**Prompt**:
Once you reach the line containing "#163=LINE('',#107,#140);" in the entries below, write out that line and each one after it down to the line containing "#175=ORIENTED_EDGE('',*,*,#20,.T.);", exactly and with nothing added.

**Records for processing**:
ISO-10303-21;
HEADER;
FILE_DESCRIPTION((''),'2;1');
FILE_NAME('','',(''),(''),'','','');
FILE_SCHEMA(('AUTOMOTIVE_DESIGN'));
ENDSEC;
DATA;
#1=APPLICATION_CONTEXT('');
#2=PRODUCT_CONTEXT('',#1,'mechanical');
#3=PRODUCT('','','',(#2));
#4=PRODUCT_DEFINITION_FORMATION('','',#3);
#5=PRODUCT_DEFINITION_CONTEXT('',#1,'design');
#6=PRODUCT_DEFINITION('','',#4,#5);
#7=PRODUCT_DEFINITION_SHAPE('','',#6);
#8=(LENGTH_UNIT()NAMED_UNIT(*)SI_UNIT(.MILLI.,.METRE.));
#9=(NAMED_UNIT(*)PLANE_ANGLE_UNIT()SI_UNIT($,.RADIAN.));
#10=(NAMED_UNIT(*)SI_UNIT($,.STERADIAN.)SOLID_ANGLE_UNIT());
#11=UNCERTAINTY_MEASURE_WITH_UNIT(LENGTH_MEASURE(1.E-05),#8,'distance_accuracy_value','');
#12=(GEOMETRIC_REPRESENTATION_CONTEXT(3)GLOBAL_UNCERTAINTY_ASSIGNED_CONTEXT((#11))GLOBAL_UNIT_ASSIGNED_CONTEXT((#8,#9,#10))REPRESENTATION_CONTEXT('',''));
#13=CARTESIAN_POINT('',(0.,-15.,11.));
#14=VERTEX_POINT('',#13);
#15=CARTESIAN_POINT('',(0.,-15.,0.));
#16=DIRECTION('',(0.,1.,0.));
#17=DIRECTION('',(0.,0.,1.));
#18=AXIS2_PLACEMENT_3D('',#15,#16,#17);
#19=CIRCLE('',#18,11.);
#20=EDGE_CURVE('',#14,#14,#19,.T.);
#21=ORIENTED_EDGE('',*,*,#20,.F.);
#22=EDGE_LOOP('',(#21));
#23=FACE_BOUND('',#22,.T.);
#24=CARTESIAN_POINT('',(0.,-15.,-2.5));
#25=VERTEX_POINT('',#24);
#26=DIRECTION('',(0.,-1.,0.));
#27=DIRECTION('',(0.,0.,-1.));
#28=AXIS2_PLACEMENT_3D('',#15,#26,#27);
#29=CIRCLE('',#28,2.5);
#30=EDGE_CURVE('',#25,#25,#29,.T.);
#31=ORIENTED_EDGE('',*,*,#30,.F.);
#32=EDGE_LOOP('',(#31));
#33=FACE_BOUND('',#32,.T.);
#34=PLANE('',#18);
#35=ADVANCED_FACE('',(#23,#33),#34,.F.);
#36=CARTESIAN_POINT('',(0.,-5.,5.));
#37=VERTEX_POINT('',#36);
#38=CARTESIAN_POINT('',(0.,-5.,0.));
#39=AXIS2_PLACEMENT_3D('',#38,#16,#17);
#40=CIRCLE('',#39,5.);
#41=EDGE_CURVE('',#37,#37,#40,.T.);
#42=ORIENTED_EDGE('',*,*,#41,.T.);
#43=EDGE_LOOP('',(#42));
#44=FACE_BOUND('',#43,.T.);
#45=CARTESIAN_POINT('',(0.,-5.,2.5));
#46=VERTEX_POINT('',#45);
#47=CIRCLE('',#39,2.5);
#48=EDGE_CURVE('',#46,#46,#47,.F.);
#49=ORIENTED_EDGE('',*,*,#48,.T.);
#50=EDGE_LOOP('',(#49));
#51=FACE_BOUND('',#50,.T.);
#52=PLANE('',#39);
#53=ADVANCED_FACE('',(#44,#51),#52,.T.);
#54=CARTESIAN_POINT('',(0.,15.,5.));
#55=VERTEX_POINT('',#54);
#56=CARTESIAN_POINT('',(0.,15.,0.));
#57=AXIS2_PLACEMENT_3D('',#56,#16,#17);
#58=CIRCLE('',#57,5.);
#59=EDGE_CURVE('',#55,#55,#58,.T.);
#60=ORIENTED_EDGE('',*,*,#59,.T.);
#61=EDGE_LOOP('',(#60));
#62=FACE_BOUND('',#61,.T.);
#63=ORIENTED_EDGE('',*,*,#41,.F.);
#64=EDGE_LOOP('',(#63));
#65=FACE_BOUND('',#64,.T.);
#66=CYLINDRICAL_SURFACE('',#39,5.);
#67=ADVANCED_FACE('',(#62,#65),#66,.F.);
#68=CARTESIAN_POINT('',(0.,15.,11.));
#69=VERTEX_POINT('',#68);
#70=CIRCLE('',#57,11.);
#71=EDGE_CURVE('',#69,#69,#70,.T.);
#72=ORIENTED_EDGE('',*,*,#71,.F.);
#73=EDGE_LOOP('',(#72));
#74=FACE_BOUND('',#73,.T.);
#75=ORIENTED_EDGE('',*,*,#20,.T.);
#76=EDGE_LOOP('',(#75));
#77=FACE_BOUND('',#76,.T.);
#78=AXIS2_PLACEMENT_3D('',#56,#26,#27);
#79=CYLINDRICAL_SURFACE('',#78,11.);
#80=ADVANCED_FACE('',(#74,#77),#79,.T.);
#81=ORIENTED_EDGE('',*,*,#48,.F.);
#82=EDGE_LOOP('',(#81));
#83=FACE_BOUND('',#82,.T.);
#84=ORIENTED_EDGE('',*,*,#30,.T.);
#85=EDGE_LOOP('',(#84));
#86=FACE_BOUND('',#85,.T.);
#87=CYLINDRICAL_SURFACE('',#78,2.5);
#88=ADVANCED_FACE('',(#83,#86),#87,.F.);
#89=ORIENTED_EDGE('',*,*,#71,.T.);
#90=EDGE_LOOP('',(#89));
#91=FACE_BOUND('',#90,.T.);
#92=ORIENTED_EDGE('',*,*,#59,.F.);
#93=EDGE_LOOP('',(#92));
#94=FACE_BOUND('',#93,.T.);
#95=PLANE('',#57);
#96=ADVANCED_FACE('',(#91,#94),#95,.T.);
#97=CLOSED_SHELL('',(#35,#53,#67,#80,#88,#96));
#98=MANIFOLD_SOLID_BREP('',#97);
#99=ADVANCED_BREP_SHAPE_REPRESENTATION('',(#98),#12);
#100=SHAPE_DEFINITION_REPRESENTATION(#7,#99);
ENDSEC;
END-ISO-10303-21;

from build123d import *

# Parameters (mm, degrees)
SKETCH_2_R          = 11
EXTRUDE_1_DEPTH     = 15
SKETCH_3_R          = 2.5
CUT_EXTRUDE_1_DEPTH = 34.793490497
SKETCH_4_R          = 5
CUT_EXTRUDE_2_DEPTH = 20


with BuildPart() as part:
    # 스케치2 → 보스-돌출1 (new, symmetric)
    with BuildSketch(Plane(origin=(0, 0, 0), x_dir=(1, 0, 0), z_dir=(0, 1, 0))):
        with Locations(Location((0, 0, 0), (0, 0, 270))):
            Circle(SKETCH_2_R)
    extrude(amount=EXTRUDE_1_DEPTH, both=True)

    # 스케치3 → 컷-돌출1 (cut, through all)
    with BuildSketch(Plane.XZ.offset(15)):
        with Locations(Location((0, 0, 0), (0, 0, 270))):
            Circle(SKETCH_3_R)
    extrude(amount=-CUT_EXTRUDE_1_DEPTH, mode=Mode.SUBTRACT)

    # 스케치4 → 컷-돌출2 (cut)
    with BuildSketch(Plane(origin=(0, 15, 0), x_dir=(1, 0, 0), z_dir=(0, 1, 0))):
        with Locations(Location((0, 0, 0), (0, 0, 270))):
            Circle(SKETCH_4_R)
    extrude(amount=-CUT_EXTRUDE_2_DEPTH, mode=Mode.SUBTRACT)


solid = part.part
...
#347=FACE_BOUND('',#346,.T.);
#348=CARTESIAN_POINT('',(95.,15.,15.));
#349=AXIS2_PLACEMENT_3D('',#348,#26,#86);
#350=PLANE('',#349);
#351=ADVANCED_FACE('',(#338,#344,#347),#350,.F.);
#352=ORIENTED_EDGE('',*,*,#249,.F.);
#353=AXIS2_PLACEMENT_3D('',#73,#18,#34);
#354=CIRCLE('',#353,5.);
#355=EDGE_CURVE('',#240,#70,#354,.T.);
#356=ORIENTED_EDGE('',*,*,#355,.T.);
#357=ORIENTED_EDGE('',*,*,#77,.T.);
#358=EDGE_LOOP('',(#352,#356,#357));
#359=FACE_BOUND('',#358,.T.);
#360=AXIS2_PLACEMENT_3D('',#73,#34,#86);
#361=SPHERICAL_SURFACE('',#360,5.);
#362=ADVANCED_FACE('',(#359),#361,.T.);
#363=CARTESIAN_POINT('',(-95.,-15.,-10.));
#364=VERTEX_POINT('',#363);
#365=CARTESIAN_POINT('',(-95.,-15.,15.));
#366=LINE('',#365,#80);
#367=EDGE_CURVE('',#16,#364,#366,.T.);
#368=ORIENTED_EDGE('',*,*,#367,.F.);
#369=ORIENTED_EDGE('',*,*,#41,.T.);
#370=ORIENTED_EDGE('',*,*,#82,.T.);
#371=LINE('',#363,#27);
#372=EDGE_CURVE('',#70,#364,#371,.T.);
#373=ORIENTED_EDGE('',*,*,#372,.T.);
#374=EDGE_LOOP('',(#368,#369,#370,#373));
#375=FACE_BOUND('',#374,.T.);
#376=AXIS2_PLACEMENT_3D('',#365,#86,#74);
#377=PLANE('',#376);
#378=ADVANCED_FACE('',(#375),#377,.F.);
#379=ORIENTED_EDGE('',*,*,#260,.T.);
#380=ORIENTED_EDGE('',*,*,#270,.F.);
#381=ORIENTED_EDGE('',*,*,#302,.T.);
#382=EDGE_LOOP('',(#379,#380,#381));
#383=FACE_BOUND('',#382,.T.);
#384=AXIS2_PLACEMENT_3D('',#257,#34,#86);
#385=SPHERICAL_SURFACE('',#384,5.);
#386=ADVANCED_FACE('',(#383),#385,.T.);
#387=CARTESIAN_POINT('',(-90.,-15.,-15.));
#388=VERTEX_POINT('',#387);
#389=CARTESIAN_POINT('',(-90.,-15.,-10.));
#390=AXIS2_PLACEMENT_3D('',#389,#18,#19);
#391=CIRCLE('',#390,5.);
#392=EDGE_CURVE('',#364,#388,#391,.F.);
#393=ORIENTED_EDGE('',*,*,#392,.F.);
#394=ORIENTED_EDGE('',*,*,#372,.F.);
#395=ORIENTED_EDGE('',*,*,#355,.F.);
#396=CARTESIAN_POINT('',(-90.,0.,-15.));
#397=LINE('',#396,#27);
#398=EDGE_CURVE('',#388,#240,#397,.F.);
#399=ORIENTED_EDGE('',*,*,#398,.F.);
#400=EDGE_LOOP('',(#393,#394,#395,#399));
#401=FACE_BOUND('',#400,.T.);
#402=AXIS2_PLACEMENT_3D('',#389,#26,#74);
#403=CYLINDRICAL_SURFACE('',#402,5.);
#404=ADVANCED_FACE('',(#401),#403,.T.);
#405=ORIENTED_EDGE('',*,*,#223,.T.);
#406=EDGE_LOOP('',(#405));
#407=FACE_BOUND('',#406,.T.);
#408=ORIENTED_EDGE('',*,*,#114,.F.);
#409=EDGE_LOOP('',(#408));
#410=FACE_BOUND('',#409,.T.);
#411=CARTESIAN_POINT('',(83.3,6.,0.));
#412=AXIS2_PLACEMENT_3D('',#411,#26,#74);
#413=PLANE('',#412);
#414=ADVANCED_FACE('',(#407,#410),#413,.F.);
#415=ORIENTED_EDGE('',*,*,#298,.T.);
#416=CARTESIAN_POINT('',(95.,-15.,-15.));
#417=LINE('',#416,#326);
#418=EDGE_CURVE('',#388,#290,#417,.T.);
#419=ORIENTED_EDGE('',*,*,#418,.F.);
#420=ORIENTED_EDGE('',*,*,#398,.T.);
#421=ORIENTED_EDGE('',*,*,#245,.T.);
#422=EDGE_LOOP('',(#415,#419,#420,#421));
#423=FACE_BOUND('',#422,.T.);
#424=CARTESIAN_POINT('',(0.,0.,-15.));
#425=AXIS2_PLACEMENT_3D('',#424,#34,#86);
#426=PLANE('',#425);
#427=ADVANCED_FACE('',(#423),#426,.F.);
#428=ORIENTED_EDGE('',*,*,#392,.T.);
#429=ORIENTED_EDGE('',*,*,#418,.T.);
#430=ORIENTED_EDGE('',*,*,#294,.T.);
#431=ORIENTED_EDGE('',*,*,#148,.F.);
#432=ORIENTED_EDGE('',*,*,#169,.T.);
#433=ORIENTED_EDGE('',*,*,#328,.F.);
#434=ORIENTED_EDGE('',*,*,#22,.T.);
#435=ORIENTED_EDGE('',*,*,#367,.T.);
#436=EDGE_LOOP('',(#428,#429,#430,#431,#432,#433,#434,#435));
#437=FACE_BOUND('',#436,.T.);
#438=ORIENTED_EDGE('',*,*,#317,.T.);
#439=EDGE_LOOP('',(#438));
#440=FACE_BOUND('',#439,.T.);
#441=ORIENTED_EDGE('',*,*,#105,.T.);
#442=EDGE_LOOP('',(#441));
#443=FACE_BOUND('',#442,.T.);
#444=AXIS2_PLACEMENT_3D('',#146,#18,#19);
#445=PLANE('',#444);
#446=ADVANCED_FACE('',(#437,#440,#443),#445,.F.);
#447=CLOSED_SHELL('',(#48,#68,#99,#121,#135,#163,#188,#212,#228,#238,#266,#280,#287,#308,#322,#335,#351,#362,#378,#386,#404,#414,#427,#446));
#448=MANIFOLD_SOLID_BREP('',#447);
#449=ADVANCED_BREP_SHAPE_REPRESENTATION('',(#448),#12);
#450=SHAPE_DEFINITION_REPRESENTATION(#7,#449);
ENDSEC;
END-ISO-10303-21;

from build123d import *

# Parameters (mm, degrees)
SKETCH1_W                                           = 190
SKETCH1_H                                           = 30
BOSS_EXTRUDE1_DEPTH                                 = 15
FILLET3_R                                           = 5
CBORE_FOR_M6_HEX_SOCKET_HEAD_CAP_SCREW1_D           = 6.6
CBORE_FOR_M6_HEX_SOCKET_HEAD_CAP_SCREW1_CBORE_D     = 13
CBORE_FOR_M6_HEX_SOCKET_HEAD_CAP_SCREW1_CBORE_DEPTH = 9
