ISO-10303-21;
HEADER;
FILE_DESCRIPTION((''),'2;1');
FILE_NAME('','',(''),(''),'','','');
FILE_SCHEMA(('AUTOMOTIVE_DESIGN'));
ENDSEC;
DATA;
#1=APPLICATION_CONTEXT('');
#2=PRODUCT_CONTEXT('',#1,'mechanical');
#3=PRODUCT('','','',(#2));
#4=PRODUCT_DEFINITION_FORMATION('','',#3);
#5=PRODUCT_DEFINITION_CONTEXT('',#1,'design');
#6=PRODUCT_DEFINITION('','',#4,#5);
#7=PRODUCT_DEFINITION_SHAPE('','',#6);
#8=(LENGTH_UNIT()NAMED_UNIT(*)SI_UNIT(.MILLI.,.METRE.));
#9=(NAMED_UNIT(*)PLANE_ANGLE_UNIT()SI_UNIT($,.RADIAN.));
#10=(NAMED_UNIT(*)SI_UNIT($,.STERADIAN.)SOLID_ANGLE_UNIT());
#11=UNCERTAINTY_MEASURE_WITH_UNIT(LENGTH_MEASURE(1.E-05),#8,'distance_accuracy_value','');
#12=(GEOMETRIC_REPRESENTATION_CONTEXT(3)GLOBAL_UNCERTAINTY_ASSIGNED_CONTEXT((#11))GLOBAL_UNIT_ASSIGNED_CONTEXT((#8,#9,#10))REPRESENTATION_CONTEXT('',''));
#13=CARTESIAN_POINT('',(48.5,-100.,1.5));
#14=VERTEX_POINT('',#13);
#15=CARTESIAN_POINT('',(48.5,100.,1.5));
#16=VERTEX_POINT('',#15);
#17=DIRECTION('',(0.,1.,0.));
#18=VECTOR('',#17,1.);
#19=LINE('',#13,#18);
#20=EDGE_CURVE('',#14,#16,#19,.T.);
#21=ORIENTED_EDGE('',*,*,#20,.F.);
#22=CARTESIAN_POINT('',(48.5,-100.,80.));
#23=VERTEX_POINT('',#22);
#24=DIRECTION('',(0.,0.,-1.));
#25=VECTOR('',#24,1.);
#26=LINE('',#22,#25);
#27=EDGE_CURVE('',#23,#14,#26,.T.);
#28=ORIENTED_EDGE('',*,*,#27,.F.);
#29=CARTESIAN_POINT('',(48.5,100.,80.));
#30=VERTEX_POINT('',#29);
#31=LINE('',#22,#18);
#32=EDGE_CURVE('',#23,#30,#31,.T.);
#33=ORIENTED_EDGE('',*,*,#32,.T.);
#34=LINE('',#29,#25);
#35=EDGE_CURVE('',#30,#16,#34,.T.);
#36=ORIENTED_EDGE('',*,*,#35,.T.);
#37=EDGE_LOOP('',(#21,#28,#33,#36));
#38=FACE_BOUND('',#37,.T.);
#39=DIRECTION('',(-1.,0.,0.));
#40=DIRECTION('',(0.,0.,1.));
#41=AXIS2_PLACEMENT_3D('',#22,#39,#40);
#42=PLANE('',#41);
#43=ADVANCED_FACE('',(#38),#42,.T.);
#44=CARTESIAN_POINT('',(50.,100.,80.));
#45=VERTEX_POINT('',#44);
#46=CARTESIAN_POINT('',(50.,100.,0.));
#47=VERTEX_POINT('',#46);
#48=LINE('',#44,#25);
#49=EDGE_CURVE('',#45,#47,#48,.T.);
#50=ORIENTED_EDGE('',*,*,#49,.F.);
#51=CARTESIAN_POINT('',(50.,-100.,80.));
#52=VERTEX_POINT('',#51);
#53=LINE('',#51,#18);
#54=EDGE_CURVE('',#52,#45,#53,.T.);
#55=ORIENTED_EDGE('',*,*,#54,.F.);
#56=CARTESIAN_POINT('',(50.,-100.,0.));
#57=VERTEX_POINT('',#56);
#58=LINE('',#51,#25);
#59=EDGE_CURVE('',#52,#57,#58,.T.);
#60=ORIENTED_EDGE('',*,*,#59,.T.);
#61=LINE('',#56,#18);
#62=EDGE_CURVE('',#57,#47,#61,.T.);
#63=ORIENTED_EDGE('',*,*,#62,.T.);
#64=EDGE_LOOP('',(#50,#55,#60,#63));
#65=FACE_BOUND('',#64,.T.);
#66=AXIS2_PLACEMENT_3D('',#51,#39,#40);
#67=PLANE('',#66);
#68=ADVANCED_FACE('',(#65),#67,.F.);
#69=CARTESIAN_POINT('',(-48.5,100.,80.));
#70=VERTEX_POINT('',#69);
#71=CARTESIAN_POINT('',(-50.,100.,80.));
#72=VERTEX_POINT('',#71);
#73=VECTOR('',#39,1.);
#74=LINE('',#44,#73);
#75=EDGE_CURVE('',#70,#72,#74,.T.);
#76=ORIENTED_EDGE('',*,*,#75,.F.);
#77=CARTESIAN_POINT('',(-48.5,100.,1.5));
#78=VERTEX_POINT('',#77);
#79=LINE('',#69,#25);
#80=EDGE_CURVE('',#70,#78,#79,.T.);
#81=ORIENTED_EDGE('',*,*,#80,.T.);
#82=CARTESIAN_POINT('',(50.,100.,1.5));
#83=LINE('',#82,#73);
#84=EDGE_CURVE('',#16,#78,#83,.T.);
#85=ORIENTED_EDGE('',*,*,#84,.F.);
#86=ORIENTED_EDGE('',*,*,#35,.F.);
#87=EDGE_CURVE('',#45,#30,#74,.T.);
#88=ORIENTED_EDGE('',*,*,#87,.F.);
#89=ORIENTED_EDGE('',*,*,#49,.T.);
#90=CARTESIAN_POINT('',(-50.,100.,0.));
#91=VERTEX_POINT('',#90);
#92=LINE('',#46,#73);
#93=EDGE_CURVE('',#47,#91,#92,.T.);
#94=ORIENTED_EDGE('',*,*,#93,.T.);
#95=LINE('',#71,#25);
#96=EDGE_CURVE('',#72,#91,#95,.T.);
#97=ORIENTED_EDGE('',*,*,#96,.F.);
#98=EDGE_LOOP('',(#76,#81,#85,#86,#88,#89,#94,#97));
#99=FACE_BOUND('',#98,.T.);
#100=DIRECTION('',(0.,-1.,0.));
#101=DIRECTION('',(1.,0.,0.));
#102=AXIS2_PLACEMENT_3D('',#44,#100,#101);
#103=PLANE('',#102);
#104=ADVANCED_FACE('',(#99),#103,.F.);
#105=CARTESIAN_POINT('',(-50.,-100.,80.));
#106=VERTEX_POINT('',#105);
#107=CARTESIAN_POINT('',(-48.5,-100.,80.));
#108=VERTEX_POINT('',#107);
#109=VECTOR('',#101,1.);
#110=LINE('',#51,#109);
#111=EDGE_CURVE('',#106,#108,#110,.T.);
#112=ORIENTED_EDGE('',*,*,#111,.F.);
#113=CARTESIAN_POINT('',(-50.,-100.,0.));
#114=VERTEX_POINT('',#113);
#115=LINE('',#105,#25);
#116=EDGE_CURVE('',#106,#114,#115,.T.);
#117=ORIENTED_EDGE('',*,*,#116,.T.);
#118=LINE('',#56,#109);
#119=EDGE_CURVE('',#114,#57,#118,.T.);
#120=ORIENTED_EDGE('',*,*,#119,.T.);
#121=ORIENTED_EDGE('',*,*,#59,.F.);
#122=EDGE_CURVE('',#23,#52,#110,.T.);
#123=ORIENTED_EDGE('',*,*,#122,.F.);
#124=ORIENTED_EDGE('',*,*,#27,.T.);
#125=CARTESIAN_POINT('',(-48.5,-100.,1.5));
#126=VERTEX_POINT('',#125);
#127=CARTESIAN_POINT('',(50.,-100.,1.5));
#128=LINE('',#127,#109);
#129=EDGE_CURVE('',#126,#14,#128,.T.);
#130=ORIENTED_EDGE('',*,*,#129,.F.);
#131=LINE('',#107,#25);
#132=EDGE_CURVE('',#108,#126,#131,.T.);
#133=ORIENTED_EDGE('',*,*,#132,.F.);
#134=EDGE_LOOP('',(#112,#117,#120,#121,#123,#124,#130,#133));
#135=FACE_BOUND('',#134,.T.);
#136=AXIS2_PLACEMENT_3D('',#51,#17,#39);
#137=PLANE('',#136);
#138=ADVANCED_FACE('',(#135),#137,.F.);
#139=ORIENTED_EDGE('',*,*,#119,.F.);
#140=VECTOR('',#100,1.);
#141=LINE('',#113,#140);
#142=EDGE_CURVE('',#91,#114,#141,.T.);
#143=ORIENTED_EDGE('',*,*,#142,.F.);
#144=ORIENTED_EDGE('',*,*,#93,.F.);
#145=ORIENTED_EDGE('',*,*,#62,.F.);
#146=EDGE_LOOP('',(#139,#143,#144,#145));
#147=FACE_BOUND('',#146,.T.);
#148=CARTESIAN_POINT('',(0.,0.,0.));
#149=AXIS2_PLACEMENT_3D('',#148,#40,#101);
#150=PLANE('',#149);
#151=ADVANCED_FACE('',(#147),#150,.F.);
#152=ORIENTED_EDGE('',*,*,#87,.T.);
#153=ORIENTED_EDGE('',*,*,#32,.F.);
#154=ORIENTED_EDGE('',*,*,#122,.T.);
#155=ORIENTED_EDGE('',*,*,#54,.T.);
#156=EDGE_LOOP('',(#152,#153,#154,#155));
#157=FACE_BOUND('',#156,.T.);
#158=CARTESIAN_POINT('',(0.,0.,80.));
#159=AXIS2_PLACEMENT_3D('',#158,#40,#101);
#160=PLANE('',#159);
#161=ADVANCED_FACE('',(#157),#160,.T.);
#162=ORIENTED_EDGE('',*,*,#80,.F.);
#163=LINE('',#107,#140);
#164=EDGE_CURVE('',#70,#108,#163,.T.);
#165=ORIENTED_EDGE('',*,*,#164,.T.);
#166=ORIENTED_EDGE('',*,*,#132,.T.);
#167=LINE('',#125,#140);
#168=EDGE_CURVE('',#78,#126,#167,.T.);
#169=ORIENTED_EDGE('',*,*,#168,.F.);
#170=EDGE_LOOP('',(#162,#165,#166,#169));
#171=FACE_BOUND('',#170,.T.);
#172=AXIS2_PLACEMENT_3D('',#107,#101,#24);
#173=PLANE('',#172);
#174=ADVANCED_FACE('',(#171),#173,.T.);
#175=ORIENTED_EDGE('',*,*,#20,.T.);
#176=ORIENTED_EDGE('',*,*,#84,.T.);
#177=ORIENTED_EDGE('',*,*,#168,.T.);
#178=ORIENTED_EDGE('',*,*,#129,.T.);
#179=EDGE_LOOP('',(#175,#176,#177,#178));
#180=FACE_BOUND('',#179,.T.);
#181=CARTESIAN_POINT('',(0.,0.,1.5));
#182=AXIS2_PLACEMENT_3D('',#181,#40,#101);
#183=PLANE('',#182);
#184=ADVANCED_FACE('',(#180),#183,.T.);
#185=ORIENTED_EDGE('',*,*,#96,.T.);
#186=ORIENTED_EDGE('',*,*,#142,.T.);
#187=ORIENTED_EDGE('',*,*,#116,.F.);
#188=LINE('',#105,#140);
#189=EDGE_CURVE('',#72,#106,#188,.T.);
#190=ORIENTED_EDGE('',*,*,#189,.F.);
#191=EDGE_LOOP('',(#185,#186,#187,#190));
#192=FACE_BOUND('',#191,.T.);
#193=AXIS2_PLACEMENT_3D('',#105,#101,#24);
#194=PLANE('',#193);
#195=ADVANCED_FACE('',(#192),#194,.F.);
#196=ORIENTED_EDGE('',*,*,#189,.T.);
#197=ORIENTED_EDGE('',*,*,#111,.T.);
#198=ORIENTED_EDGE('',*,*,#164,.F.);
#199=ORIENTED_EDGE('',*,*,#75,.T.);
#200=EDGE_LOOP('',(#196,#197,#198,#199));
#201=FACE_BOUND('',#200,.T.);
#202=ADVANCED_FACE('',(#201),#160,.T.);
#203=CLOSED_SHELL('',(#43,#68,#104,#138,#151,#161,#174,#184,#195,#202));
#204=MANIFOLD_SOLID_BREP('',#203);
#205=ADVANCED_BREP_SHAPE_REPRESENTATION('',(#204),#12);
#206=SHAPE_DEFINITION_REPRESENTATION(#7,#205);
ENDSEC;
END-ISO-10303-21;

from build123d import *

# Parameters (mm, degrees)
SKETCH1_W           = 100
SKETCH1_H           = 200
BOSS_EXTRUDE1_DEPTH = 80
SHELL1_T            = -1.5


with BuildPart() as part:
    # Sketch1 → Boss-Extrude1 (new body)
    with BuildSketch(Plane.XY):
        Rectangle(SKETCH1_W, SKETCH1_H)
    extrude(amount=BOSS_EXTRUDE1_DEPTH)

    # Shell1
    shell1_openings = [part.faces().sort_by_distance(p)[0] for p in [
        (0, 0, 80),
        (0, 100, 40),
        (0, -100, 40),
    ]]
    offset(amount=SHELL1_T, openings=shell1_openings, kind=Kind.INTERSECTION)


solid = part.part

**Written answer**:
#163=LINE('',#107,#140);
#164=EDGE_CURVE('',#70,#108,#163,.T.);
#165=ORIENTED_EDGE('',*,*,#164,.T.);
#166=ORIENTED_EDGE('',*,*,#132,.T.);
#167=LINE('',#125,#140);
#168=EDGE_CURVE('',#78,#126,#167,.T.);
#169=ORIENTED_EDGE('',*,*,#168,.F.);
#170=EDGE_LOOP('',(#162,#165,#166,#169));
#171=FACE_BOUND('',#170,.T.);
#172=AXIS2_PLACEMENT_3D('',#107,#101,#24);
#173=PLANE('',#172);
#174=ADVANCED_FACE('',(#171),#173,.T.);
#175=ORIENTED_EDGE('',*,*,#20,.T.);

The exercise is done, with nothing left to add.